▸ **EXERCISE PROMPT**
Using the entries below, quote exactly the span of lines that begins with the line containing "f 218 212 217" and ends with the final line.

▸ **EXERCISE INPUTS**
════════

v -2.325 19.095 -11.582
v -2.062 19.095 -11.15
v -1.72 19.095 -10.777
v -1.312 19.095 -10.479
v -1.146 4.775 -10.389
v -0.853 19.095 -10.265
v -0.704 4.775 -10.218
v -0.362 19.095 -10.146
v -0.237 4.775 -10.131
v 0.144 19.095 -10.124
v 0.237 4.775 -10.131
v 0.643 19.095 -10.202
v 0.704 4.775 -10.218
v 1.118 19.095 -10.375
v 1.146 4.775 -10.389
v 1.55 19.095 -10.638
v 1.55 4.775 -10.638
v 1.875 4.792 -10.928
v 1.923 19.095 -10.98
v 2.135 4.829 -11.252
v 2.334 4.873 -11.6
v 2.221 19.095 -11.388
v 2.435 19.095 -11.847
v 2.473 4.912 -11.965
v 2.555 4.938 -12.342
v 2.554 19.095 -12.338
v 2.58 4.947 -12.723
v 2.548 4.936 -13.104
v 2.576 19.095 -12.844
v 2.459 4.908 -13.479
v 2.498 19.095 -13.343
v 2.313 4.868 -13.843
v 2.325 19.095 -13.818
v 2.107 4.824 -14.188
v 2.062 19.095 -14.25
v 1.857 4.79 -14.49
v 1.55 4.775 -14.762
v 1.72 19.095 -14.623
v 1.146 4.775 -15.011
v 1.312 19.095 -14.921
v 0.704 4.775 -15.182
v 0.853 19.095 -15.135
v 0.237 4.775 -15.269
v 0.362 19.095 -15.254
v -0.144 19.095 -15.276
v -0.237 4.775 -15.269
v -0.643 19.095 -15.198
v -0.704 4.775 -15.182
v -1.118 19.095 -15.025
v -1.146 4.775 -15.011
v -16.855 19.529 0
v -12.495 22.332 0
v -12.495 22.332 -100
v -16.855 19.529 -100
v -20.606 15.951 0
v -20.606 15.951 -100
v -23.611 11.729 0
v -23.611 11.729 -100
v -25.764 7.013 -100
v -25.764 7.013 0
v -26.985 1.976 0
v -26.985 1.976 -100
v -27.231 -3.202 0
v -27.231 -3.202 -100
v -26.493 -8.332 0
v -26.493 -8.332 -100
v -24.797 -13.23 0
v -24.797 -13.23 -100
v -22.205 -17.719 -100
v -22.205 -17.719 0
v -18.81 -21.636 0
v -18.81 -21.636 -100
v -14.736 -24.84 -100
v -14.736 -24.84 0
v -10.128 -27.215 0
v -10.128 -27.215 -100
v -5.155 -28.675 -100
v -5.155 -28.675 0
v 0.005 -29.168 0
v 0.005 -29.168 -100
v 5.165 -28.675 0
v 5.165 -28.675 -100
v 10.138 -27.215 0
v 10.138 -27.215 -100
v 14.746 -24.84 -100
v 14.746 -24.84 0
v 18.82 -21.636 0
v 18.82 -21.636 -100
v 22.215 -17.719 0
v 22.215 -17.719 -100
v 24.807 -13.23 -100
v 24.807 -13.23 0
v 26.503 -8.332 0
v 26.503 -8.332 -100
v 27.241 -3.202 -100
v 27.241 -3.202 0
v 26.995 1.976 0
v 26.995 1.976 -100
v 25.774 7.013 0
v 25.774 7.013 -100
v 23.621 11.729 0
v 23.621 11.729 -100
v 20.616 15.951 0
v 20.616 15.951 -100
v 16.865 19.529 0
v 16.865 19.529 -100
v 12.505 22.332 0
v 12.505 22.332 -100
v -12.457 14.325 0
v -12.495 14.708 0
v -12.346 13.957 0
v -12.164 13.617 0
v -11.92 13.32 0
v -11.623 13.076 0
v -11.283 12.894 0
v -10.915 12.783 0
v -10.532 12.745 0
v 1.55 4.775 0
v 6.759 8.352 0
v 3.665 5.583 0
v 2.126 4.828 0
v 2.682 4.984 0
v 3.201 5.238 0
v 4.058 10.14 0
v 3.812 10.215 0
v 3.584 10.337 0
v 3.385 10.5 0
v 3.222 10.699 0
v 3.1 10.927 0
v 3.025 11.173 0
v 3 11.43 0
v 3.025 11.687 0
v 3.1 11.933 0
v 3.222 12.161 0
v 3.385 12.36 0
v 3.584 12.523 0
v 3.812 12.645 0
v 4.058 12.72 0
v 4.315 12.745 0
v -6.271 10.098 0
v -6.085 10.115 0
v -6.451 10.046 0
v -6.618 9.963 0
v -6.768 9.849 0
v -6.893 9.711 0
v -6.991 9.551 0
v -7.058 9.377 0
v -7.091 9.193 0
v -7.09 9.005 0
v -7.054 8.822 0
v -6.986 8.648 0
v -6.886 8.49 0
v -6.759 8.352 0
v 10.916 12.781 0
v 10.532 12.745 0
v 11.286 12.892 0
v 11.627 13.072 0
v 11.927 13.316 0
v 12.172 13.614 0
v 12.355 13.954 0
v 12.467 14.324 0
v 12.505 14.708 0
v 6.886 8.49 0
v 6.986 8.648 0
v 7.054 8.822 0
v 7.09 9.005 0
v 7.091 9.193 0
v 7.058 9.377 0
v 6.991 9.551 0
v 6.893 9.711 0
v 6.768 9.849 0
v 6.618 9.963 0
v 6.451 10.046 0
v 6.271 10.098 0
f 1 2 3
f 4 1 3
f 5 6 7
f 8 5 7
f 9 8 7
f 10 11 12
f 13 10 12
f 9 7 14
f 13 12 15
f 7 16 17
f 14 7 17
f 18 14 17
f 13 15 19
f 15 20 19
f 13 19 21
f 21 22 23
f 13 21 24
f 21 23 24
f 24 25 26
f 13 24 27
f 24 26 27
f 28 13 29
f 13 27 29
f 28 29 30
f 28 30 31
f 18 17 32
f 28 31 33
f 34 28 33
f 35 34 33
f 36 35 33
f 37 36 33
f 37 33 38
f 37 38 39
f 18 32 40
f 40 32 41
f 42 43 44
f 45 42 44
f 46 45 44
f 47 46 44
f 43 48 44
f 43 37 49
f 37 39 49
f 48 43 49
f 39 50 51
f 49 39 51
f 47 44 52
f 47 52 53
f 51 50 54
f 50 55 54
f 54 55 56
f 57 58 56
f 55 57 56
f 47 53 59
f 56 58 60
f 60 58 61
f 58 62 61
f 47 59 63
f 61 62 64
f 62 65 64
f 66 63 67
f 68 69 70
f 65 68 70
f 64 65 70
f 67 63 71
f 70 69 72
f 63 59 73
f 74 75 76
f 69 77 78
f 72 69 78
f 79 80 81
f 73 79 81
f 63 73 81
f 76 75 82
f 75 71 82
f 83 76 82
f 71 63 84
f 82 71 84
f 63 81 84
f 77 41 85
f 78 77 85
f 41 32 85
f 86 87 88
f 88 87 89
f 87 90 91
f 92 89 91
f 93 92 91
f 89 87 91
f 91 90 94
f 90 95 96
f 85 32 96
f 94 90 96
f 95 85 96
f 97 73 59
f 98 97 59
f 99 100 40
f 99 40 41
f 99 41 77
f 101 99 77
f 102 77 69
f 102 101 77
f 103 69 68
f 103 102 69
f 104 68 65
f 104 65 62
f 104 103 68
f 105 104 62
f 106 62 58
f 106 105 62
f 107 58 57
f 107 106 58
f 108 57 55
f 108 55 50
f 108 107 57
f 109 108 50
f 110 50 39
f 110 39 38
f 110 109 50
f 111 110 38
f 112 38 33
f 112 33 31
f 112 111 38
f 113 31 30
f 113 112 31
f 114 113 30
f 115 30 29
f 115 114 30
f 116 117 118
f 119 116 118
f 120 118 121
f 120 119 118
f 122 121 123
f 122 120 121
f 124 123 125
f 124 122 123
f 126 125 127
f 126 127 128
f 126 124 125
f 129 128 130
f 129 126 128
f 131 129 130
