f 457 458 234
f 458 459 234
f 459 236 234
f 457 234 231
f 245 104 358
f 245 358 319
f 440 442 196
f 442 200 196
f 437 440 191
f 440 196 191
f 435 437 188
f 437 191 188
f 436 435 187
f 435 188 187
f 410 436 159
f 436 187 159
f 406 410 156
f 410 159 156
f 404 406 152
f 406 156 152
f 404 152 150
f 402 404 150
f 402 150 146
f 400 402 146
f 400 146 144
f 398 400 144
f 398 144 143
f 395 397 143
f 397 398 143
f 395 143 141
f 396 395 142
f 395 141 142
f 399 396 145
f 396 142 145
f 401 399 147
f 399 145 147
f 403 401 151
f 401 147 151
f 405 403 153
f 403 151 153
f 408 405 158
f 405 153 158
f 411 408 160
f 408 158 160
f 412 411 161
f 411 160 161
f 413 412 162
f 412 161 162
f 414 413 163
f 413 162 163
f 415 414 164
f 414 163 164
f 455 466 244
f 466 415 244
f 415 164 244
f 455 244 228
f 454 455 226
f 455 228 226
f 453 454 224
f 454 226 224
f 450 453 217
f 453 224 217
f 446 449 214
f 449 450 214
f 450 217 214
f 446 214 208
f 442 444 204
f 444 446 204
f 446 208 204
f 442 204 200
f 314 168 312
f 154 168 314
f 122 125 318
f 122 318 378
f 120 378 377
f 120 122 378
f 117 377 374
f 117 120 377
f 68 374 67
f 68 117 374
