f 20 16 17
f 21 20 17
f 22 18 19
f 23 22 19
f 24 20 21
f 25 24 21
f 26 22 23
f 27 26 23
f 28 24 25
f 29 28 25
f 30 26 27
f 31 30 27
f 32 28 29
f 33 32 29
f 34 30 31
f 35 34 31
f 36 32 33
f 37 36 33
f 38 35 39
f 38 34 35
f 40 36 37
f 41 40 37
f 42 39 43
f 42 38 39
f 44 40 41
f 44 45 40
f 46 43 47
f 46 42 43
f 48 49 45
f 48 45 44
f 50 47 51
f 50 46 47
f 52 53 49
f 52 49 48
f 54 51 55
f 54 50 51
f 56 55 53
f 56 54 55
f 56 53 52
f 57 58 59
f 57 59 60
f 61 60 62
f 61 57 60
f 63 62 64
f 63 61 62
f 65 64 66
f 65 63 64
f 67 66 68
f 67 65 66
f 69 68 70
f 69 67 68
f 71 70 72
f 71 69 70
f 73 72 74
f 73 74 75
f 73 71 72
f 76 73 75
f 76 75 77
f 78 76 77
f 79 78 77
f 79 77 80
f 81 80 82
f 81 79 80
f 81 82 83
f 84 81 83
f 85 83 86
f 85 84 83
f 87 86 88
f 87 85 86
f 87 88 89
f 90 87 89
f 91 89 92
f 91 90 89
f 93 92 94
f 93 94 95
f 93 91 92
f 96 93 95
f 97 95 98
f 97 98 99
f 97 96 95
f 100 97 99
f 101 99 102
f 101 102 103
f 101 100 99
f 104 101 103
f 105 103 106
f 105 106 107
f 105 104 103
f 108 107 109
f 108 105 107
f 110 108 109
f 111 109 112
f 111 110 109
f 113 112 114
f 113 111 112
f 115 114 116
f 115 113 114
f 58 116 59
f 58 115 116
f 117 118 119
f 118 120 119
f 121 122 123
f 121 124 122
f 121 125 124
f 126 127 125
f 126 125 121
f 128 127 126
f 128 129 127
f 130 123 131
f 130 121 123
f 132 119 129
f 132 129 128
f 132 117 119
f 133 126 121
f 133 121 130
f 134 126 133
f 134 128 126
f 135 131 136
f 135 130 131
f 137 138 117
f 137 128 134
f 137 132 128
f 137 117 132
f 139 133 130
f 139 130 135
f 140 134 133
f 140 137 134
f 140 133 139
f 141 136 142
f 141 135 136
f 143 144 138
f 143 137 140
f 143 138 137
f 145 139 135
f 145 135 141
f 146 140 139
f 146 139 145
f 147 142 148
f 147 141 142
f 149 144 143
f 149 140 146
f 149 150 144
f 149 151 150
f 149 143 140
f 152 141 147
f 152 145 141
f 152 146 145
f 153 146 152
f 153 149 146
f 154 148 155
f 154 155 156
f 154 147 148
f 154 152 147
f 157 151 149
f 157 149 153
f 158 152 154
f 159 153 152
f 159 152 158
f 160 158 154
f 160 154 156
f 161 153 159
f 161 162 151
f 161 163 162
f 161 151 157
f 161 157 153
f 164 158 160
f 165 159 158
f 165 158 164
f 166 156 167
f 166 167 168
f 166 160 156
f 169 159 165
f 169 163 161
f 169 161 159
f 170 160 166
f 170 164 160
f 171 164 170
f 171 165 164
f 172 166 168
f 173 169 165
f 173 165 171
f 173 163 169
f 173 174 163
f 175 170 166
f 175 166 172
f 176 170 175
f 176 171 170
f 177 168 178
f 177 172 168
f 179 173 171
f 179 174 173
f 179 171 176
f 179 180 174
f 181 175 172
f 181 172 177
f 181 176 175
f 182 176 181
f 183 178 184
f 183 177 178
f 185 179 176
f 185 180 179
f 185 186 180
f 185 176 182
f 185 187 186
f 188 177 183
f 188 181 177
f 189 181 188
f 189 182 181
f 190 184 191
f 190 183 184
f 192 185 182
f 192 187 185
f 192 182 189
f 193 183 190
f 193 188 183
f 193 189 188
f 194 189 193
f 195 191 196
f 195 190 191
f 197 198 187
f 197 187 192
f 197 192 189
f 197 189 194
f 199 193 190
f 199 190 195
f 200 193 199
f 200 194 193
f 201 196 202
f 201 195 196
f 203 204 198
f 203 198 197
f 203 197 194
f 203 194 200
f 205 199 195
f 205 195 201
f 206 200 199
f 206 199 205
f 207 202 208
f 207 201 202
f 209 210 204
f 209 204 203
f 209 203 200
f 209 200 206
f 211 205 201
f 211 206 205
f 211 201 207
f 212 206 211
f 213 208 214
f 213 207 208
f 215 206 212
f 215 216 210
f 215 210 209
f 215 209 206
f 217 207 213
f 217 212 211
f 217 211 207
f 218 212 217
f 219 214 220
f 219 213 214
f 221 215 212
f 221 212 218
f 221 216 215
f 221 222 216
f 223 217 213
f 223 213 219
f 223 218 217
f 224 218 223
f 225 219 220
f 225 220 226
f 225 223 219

════════

▸ **SOLUTION TO THIS EXERCISE**
f 218 212 217
f 219 214 220
f 219 213 214
f 221 215 212
f 221 212 218
f 221 216 215
f 221 222 216
f 223 217 213
f 223 213 219
f 223 218 217
f 224 218 223
f 225 219 220
f 225 220 226
f 225 223 219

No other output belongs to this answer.